For a detailed description of the API operations and extensions of orchestration, refer to the section "Orchestration API v1" in the OpenStack API Complete Reference.

2.1.1 Limitations

Not applicable.

2.1.2 OpenStack Template Reference

CEE Orchestration supports all Template Reference.

For a detailed description of the Heat template, refer to OpenStack Heat.

2.2 OpenStack Extensions

This section lists the OpenStack API extensions that are used in CEE.

CEE orchestration supports the Identity API v2.0 extensions documented in the section "Identity API v2.0 extensions" in the OpenStack API Complete Reference.

3 Heat Plug-ins

The required properties and resource types related to Heat are implemented as a plug-ins.

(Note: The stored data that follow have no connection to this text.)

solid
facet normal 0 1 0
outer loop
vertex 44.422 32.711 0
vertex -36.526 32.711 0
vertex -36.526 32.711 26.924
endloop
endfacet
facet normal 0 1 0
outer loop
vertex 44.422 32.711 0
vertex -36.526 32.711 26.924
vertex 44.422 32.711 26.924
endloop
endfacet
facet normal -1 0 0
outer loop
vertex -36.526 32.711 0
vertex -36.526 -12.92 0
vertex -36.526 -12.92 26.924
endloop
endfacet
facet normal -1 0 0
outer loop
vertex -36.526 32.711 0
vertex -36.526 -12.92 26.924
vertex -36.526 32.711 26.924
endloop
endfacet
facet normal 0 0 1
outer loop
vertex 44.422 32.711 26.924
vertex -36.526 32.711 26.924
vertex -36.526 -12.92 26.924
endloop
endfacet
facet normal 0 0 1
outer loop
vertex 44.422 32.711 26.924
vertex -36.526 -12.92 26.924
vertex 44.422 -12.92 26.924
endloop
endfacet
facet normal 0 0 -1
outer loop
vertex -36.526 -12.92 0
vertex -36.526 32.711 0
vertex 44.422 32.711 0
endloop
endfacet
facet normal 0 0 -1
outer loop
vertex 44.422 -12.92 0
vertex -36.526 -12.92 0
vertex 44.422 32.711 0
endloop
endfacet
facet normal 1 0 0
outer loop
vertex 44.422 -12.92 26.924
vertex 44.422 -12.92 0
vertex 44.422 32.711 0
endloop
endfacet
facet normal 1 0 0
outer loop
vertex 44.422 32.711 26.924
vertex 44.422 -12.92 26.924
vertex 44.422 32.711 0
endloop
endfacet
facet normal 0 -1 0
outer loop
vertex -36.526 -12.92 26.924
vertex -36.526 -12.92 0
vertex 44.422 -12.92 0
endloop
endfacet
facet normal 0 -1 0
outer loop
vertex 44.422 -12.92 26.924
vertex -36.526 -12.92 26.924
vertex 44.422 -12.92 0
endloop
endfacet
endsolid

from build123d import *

# Parameters (mm, degrees)
F0_W     = 80.948703
F0_H     = 45.630322
F1_DEPTH = 26.924
F2_W     = 6.187161
F2_H     = 23.429776
F3_DEPTH = 25.4
F4_R     = 10.198526
F5_DEPTH = 26.924


with BuildPart() as f1:
    # F0 (on Top) → F1 (new body)
    with BuildSketch(Plane.XY):
        with Locations((3.948071, 9.895361)):
            Rectangle(F0_W, F0_H)
    extrude(amount=F1_DEPTH)

    # F2 (on Top) → F3 (join)
    with BuildSketch(Plane.XY):
        with BuildLine():
            ThreePointArc((-20.002084, 23.429776), (-23.095665, 26.523356), (-26.189245, 23.429776))
            Line((-26.189245, 23.429776), (-20.002084, 23.429776))
        make_face()
        with Locations((-23.095664, 11.714888)):
            Rectangle(F2_W, F2_H)
        with BuildLine():
            Line((-20.002084, 0), (-26.189245, 0))
            ThreePointArc((-26.189245, 0), (-23.095665, -3.093581), (-20.002084, 0))
        make_face()
    extrude(amount=F3_DEPTH)

    # F4 (on Top) → F5 (join)
    with BuildSketch(Plane.XY):
        with Locations((21.245664, 8.993065)):
            Circle(F4_R)
    extrude(amount=F5_DEPTH)


solid = f1.part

The properties required for Ericsson-specific tags are added in the plug-ins.

The plug-ins are implemented as Python modules and are described in Section 3.1, Section 3.2,and Section 3.3.

Installation and Configuration

The file /etc/heat/heat.conf contains a list of directories where the plug-ins are stored. To define additional directories, use the plugin_dirs option in file /etc/heat/heat.conf.

By default the /usr/lib/python2.7/dist-packages/heat/plugins directory is included and searched for plug-ins.

To install a plug-in, copy the Python modules to one of the configured plug-in directories.

Note:: The Heat engine must be restarted after this in order to load the new plug-ins.

3.1 Ericsson::Nova::Flavor

The plug-in enables the use of Nova Flavor, as a resource in a Heat template. The Python module for the plug-in is ericsson_flavor.py.

The new resource has the type Ericsson::Nova::Flavor with the properties shown in Table 1.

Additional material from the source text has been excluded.